- **What this task involves**
Only the lines from the top of the data through the line with "#392=PLANE('',#391);" should be repeated, each exactly as written.
****
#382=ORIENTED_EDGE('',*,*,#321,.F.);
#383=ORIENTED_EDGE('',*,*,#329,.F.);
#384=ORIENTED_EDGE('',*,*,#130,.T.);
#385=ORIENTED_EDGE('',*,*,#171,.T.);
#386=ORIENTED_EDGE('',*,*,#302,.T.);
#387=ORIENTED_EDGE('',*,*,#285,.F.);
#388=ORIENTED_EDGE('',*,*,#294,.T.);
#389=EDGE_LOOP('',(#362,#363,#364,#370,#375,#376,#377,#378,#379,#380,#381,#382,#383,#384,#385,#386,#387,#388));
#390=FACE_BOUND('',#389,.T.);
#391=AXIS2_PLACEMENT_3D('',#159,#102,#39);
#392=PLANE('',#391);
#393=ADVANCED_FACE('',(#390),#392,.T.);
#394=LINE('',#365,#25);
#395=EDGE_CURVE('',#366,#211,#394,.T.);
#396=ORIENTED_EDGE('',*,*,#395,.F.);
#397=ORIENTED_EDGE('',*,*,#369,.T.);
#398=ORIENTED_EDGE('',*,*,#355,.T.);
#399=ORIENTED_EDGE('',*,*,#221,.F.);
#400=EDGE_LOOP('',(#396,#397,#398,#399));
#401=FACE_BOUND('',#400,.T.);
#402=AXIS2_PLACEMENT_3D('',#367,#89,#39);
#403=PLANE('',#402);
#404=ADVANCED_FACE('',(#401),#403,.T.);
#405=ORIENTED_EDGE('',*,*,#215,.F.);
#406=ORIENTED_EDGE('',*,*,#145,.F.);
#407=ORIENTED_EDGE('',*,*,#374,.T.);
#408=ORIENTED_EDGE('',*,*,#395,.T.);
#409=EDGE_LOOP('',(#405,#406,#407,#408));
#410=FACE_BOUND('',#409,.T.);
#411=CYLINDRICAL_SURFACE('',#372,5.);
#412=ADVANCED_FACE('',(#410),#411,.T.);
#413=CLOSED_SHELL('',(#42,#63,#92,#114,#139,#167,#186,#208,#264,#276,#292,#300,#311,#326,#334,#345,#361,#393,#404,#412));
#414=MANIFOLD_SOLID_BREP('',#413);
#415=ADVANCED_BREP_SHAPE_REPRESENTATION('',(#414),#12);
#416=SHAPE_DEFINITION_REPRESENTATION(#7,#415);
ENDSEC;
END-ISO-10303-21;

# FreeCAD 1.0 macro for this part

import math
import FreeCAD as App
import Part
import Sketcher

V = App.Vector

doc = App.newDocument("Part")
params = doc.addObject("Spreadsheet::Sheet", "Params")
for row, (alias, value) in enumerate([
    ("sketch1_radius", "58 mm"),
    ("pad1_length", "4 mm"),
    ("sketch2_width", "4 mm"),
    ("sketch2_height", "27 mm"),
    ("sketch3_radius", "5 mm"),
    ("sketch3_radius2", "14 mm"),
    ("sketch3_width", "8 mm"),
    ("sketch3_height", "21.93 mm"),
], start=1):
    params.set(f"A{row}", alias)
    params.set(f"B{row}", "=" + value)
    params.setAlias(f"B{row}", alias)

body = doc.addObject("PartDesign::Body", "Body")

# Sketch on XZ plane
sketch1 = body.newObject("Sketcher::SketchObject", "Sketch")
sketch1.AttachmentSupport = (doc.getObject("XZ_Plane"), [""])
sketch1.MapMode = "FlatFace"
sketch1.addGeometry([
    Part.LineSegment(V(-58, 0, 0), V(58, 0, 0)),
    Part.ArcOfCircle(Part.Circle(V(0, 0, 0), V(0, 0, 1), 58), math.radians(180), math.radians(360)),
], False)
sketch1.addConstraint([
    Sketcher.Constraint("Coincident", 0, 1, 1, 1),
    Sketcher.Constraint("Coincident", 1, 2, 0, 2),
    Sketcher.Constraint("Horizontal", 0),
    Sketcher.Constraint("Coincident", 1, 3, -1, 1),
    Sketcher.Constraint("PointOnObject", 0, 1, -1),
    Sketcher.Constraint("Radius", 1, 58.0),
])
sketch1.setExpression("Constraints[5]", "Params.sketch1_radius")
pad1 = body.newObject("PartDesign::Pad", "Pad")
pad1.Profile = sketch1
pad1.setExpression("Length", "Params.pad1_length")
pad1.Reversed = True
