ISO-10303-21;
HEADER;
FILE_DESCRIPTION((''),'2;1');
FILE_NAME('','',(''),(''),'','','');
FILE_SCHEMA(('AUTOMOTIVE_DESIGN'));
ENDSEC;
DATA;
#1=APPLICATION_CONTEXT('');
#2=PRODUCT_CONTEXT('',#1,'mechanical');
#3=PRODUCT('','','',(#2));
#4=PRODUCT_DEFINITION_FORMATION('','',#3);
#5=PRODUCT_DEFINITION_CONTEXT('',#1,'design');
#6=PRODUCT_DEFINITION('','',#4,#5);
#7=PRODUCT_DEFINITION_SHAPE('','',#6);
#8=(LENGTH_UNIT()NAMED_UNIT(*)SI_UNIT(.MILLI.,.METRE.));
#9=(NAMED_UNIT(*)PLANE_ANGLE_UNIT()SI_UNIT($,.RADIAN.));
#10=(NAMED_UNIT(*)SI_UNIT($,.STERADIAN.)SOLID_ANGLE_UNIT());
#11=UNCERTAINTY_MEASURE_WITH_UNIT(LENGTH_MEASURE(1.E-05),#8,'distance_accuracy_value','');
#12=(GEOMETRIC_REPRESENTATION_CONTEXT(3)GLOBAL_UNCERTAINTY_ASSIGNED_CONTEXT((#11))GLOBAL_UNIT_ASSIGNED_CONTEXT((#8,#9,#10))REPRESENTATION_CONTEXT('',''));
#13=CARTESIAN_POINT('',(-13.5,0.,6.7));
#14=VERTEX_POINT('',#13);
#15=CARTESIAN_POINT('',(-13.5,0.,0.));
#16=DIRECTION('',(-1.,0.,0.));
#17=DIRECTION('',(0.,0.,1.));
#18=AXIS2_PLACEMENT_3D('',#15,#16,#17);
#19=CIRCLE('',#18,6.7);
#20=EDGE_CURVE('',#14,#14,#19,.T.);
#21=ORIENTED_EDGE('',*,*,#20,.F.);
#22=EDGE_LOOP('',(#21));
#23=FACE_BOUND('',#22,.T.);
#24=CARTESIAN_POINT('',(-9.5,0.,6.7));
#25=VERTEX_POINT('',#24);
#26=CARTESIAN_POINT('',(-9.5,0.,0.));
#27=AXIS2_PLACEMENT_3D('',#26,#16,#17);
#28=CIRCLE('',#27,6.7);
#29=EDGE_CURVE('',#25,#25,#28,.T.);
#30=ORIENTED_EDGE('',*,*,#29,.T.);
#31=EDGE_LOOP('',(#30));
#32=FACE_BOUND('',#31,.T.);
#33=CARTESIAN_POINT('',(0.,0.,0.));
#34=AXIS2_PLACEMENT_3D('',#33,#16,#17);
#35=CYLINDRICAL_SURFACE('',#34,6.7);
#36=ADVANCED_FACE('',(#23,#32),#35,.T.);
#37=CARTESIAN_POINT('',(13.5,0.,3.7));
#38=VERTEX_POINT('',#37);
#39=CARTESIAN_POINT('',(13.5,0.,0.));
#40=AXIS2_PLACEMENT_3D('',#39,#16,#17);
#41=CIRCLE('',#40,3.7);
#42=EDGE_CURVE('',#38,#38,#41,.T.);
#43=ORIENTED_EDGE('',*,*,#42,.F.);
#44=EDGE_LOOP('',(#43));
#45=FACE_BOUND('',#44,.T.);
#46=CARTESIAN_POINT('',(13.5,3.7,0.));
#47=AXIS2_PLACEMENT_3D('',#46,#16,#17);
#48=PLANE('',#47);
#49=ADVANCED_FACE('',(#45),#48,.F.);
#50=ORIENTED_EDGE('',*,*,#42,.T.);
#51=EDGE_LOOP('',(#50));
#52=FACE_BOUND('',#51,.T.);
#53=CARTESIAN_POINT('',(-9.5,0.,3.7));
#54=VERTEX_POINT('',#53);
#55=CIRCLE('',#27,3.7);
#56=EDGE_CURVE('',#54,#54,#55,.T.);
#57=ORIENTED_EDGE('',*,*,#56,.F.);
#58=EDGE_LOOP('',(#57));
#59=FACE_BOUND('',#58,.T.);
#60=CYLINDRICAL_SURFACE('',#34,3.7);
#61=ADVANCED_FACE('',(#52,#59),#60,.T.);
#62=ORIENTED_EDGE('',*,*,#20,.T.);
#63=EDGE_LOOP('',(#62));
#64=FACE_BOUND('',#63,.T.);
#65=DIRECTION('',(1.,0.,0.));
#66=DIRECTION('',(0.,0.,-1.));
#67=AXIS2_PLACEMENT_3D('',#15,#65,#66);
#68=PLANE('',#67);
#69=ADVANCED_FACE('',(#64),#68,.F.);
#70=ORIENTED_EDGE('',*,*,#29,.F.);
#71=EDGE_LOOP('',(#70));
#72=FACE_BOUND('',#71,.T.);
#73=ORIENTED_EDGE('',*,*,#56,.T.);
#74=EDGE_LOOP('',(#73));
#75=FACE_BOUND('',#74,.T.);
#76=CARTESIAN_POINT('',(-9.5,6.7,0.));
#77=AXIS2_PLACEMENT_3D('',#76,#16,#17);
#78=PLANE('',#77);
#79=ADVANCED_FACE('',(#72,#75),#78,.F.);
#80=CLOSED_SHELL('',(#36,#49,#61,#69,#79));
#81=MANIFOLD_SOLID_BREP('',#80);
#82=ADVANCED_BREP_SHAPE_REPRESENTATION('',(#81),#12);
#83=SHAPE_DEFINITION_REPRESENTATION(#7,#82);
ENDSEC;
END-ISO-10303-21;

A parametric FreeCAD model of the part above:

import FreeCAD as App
import Part
import Sketcher


def add_polygon(sketch, points):
    """Adds a closed chain of lines whose ends are joined by coincident constraints."""
    first, n = sketch.GeometryCount, len(points)
    for a, b in zip(points, points[1:] + points[:1]):
        sketch.addGeometry(Part.LineSegment(App.Vector(*a, 0), App.Vector(*b, 0)), False)
    for i in range(n):
        sketch.addConstraint(Sketcher.Constraint("Coincident", first + i, 2, first + (i + 1) % n, 1))

doc = App.newDocument("Part")
body = doc.addObject("PartDesign::Body", "Body")

# Sketch on XY plane
sketch1 = body.newObject("Sketcher::SketchObject", "Sketch")
sketch1.AttachmentSupport = (doc.getObject("XY_Plane"), [""])
sketch1.MapMode = "FlatFace"
add_polygon(sketch1, [(-13.5, 6.7), (-13.5, 0), (13.5, 0), (13.5, 3.7), (-9.5, 3.7), (-9.5, 6.7)])  # lines 0-5
sketch1.addConstraint([
    Sketcher.Constraint("Vertical", 0),
    Sketcher.Constraint("Horizontal", 1),
    Sketcher.Constraint("Vertical", 2),
    Sketcher.Constraint("Horizontal", 3),
    Sketcher.Constraint("Vertical", 4),
    Sketcher.Constraint("Horizontal", 5),
    Sketcher.Constraint("Symmetric", 0, 2, 1, 2, -1, 1),
    Sketcher.Constraint("DistanceX", 1, 1, 1, 2, 27.0),
    Sketcher.Constraint("DistanceX", 3, 2, 3, 1, 23.0),
    Sketcher.Constraint("DistanceY", 4, 1, 4, 2, 3.0),
    Sketcher.Constraint("DistanceY", 0, 2, 0, 1, 6.7),
])
revolution = body.newObject("PartDesign::Revolution", "Revolution")
revolution.Profile = sketch1
revolution.ReferenceAxis = (sketch1, ["H_Axis"])
revolution.Angle = 360

doc.recompute()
****
- **Response area**
#382=ORIENTED_EDGE('',*,*,#321,.F.);
#383=ORIENTED_EDGE('',*,*,#329,.F.);
#384=ORIENTED_EDGE('',*,*,#130,.T.);
#385=ORIENTED_EDGE('',*,*,#171,.T.);
#386=ORIENTED_EDGE('',*,*,#302,.T.);
#387=ORIENTED_EDGE('',*,*,#285,.F.);
#388=ORIENTED_EDGE('',*,*,#294,.T.);
#389=EDGE_LOOP('',(#362,#363,#364,#370,#375,#376,#377,#378,#379,#380,#381,#382,#383,#384,#385,#386,#387,#388));
#390=FACE_BOUND('',#389,.T.);
#391=AXIS2_PLACEMENT_3D('',#159,#102,#39);
#392=PLANE('',#391);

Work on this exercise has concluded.